» The problem: In the records below, find the line that contains "F1_DEPTH = 15" and the line that contains "Line((-82.5, 5), (-75.2821912081, 5))". Set down exactly those lines and every line between them, and nothing more.
───
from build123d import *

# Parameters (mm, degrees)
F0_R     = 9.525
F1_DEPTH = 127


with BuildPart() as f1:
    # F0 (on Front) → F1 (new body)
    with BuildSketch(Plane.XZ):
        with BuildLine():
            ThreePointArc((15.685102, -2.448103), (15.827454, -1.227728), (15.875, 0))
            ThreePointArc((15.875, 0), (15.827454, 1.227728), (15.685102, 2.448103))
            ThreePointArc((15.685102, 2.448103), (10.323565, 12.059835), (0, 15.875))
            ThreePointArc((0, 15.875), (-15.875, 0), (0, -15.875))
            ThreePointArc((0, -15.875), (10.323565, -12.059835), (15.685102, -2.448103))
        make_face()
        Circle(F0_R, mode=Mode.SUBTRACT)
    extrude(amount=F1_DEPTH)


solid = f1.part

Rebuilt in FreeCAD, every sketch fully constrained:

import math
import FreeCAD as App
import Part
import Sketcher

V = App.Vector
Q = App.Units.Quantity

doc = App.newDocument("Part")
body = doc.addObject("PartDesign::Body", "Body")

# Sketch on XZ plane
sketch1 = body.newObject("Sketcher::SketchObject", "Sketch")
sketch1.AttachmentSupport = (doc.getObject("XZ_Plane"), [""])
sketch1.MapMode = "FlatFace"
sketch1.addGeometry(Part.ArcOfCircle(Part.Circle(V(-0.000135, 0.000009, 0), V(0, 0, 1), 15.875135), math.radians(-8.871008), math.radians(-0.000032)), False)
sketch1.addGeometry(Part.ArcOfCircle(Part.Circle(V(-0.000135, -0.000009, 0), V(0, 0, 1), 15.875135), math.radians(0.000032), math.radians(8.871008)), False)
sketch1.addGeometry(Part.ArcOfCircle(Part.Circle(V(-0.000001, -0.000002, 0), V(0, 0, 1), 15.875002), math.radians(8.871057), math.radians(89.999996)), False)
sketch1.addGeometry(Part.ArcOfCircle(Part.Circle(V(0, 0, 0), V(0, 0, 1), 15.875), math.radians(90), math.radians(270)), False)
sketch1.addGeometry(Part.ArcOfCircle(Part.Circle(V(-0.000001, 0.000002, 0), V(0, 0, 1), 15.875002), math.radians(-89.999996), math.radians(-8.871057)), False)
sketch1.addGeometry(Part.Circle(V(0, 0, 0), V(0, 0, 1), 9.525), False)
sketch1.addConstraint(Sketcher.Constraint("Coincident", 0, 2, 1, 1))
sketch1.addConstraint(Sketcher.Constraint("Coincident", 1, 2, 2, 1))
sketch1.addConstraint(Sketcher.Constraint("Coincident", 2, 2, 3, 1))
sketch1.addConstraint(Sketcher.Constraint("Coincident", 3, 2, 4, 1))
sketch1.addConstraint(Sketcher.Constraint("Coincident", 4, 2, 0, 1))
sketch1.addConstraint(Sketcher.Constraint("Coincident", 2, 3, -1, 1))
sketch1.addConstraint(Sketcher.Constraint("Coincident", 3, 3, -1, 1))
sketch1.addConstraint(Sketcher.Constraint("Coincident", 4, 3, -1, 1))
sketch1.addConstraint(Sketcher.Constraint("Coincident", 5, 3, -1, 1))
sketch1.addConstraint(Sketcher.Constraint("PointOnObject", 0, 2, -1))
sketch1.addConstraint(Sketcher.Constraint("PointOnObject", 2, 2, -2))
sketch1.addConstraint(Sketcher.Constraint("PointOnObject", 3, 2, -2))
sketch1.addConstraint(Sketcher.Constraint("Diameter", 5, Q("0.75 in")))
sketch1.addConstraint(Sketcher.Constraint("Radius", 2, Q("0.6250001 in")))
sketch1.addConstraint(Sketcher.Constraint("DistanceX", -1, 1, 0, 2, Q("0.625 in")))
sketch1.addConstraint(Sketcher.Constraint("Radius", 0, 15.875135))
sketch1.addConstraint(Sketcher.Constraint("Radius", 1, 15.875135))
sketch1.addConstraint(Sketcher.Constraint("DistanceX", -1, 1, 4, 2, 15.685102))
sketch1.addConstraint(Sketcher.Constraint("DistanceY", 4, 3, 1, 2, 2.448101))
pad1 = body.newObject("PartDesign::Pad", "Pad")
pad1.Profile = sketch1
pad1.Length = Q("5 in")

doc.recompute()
───
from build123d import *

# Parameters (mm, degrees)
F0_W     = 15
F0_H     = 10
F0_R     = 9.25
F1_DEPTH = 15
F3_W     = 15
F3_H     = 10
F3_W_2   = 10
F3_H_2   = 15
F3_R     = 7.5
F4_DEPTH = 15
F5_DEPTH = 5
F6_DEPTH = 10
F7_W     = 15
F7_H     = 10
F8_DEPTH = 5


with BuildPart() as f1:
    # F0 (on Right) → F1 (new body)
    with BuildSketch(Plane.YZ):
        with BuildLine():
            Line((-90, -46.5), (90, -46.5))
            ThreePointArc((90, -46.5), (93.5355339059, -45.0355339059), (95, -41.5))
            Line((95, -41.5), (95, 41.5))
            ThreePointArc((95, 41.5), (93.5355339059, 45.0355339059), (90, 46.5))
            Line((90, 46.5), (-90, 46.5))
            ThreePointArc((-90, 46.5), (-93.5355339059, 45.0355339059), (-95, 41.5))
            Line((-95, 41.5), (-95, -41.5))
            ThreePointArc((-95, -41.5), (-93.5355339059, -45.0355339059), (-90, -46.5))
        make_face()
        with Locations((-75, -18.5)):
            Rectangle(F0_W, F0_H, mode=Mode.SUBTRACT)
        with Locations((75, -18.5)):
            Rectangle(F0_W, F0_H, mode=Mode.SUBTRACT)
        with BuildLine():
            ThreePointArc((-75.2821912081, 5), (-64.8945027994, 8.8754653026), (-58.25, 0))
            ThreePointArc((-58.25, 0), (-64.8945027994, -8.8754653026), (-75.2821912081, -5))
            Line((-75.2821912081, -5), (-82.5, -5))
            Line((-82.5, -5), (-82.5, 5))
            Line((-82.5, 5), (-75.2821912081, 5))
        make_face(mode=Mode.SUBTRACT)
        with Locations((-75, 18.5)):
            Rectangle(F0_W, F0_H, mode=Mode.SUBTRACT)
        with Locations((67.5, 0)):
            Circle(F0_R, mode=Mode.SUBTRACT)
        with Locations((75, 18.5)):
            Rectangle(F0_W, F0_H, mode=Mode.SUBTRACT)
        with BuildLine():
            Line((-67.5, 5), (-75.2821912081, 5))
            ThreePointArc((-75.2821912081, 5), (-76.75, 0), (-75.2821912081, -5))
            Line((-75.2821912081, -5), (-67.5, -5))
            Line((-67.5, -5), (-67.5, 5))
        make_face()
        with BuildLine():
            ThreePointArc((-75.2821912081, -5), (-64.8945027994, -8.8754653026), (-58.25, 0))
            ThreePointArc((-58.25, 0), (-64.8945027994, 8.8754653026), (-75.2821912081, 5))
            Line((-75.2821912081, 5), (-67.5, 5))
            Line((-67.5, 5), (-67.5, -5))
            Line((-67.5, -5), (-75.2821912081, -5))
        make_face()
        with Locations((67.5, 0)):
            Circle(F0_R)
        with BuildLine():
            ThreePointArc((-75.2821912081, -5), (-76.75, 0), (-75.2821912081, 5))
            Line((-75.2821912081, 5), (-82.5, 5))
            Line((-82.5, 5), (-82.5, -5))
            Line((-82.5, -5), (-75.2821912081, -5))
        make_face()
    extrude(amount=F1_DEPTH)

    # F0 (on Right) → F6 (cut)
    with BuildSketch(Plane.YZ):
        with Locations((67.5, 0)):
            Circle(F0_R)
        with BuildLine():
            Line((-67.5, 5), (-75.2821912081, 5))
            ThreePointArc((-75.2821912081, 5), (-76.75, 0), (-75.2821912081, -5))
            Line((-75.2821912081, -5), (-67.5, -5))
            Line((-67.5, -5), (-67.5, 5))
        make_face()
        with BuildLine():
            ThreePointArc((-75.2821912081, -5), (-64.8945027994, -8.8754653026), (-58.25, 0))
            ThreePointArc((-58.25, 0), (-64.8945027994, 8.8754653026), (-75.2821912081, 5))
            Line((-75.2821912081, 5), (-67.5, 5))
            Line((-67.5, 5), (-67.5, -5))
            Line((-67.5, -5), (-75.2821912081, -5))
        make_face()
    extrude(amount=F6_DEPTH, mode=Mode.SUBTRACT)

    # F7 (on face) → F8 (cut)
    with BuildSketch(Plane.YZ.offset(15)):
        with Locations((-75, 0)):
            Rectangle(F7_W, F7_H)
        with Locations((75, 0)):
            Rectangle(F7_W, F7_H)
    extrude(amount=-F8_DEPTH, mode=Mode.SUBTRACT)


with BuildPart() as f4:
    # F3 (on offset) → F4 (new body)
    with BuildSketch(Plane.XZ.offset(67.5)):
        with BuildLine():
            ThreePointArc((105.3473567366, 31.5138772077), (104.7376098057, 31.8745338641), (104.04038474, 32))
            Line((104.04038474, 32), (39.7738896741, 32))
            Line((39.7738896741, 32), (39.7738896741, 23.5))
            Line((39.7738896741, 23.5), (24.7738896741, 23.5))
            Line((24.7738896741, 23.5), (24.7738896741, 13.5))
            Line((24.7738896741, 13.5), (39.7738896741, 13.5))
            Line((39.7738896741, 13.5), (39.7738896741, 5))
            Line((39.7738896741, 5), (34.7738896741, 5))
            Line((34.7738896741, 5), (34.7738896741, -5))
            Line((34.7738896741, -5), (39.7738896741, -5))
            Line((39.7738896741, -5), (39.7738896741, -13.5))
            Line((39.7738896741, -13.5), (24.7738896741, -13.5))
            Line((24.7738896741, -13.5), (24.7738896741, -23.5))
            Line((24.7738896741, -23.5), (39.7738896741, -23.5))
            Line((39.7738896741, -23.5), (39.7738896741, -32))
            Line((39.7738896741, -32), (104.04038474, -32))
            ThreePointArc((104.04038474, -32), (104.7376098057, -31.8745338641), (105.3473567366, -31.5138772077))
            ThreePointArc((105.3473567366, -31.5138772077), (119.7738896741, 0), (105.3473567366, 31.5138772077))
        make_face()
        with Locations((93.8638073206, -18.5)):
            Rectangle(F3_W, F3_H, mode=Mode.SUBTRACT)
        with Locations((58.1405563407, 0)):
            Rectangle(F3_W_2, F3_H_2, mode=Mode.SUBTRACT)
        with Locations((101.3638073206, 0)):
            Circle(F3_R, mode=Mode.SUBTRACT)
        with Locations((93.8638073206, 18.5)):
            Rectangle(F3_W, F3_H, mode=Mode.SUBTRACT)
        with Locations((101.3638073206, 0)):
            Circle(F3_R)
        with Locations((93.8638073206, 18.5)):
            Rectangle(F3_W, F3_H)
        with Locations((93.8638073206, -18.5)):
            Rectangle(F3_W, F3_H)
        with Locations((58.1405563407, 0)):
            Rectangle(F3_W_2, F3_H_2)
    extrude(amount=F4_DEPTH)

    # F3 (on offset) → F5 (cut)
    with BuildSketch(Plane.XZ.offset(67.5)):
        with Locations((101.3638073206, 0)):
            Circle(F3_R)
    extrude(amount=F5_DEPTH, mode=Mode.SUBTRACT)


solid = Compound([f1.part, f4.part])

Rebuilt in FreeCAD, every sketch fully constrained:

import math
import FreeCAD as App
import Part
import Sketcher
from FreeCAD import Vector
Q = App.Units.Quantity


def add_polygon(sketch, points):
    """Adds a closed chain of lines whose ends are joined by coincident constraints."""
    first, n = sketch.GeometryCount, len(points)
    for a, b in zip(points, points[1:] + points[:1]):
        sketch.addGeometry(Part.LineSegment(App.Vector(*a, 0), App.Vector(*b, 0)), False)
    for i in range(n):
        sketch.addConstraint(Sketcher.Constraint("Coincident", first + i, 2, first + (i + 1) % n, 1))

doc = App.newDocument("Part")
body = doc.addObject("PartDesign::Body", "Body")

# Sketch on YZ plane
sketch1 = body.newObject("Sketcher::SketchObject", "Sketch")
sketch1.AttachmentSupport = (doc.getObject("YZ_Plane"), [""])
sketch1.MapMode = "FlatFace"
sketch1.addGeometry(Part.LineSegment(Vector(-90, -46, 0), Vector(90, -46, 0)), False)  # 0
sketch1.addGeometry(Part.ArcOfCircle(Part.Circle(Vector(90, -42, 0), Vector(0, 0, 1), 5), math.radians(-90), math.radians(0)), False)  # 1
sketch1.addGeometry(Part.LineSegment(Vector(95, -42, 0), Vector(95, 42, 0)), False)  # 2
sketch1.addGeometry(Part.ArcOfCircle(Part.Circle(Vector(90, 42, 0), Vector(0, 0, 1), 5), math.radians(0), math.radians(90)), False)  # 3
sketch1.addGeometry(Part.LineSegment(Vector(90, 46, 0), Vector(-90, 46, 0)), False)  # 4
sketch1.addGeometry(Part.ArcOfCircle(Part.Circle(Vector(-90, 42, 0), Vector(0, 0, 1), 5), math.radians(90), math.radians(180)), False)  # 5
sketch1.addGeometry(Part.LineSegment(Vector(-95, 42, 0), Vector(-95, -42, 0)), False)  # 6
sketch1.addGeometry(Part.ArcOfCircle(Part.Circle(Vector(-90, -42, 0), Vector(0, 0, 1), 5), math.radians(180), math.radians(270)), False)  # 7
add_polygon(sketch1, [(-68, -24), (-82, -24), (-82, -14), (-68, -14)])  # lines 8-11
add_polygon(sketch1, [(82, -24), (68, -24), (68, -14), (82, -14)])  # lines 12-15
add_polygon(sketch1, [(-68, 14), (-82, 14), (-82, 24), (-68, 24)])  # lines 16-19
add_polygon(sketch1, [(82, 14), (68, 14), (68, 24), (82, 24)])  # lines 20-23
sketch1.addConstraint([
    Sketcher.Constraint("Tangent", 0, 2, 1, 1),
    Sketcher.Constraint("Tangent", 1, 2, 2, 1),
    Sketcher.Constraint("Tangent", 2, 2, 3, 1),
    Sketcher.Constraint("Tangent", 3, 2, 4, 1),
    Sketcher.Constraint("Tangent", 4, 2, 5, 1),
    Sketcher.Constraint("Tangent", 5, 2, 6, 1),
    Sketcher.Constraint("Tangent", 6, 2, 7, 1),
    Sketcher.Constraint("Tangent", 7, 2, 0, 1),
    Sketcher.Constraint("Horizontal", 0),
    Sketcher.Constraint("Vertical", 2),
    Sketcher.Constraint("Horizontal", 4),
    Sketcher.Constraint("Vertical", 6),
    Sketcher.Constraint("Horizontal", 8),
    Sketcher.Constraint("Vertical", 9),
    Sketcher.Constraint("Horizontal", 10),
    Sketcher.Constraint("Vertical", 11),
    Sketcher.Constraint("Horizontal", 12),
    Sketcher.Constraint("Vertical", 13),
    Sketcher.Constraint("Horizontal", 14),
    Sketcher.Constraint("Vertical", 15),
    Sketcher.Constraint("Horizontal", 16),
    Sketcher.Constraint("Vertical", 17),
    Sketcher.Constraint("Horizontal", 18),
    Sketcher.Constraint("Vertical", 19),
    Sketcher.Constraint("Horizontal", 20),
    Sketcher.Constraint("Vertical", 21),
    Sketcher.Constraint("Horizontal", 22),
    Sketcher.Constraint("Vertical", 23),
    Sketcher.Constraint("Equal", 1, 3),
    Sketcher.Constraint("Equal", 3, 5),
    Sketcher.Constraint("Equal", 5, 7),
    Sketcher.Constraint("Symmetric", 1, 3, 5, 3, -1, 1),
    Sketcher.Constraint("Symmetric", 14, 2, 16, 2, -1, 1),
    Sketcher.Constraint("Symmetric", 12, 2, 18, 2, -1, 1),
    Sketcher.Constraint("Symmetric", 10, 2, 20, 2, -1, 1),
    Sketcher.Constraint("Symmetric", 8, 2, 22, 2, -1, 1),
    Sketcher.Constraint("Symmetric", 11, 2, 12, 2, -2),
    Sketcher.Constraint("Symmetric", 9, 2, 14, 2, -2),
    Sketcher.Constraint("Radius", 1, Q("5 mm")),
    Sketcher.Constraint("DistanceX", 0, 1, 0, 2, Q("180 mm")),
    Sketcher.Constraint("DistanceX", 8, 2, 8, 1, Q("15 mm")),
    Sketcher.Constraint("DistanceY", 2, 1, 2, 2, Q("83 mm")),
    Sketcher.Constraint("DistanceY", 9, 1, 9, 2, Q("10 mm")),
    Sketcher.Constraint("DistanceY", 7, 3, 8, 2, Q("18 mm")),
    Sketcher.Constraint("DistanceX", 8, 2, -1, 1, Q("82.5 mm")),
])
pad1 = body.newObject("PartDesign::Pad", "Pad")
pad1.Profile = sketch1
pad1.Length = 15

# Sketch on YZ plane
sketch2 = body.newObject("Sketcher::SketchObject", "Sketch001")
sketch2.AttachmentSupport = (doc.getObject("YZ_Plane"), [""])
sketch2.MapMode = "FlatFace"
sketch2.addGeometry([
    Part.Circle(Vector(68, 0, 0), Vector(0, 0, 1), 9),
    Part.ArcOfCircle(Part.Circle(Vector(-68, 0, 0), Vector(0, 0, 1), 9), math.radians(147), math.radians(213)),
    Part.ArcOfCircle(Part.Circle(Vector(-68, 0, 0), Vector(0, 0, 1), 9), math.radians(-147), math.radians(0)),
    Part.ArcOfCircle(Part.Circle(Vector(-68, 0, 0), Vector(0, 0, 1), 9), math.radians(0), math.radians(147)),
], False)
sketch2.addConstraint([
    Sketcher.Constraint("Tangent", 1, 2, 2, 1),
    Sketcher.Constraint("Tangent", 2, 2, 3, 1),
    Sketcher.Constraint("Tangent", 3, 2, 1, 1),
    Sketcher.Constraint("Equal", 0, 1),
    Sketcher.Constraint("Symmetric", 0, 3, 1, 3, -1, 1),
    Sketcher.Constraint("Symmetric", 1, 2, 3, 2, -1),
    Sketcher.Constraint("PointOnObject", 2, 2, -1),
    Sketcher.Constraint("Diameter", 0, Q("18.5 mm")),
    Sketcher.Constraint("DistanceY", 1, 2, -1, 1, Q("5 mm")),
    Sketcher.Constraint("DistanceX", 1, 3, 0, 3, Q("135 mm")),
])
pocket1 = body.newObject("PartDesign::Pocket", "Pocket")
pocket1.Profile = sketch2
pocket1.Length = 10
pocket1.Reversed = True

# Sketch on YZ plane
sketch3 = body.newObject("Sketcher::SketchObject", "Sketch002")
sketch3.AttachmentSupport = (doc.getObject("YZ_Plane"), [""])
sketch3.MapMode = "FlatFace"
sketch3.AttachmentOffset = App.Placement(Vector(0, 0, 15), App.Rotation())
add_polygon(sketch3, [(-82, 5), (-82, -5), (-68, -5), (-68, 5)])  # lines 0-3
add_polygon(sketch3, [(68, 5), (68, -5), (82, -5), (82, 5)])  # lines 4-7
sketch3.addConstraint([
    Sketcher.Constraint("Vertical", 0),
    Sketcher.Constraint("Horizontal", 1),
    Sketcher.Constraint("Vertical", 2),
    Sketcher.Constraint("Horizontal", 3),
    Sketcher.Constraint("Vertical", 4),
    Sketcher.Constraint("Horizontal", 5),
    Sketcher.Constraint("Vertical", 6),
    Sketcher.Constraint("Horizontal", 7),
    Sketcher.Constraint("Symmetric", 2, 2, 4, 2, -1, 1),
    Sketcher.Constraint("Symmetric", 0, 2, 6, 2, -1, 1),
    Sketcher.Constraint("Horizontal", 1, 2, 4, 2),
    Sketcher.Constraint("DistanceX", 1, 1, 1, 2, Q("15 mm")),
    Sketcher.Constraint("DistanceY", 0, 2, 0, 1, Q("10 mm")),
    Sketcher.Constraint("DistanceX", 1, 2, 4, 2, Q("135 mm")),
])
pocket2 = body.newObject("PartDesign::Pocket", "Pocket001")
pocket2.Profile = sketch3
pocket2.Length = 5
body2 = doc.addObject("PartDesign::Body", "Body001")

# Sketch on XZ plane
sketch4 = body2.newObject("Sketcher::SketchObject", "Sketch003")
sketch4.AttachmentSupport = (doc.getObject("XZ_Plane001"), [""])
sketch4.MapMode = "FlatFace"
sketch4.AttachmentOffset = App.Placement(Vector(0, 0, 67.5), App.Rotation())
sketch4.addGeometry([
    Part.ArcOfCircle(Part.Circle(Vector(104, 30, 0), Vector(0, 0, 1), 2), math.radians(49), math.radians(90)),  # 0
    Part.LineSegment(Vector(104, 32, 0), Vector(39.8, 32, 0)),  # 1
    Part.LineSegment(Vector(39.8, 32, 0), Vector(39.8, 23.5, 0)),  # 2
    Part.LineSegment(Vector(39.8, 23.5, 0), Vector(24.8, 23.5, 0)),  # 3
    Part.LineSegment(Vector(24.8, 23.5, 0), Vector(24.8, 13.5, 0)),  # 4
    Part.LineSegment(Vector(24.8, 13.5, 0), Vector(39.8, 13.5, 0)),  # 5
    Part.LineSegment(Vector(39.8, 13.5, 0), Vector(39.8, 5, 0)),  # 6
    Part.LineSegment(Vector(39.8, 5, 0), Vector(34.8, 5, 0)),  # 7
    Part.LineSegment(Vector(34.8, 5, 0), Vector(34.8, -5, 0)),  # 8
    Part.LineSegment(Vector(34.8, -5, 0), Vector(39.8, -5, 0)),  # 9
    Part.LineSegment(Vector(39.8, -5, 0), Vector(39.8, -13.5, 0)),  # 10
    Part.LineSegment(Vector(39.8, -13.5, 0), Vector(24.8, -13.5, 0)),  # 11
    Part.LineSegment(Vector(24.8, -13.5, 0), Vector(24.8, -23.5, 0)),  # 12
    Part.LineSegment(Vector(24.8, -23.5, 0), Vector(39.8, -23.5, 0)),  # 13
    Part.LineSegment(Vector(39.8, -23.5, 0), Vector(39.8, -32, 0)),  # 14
───
» Written answer:
F1_DEPTH = 15
F3_W     = 15
F3_H     = 10
F3_W_2   = 10
F3_H_2   = 15
F3_R     = 7.5
F4_DEPTH = 15
F5_DEPTH = 5
F6_DEPTH = 10
F7_W     = 15
F7_H     = 10
F8_DEPTH = 5


with BuildPart() as f1:
    # F0 (on Right) → F1 (new body)
    with BuildSketch(Plane.YZ):
        with BuildLine():
            Line((-90, -46.5), (90, -46.5))
            ThreePointArc((90, -46.5), (93.5355339059, -45.0355339059), (95, -41.5))
            Line((95, -41.5), (95, 41.5))
            ThreePointArc((95, 41.5), (93.5355339059, 45.0355339059), (90, 46.5))
            Line((90, 46.5), (-90, 46.5))
            ThreePointArc((-90, 46.5), (-93.5355339059, 45.0355339059), (-95, 41.5))
            Line((-95, 41.5), (-95, -41.5))
            ThreePointArc((-95, -41.5), (-93.5355339059, -45.0355339059), (-90, -46.5))
        make_face()
        with Locations((-75, -18.5)):
            Rectangle(F0_W, F0_H, mode=Mode.SUBTRACT)
        with Locations((75, -18.5)):
            Rectangle(F0_W, F0_H, mode=Mode.SUBTRACT)
        with BuildLine():
            ThreePointArc((-75.2821912081, 5), (-64.8945027994, 8.8754653026), (-58.25, 0))
            ThreePointArc((-58.25, 0), (-64.8945027994, -8.8754653026), (-75.2821912081, -5))
            Line((-75.2821912081, -5), (-82.5, -5))
            Line((-82.5, -5), (-82.5, 5))
            Line((-82.5, 5), (-75.2821912081, 5))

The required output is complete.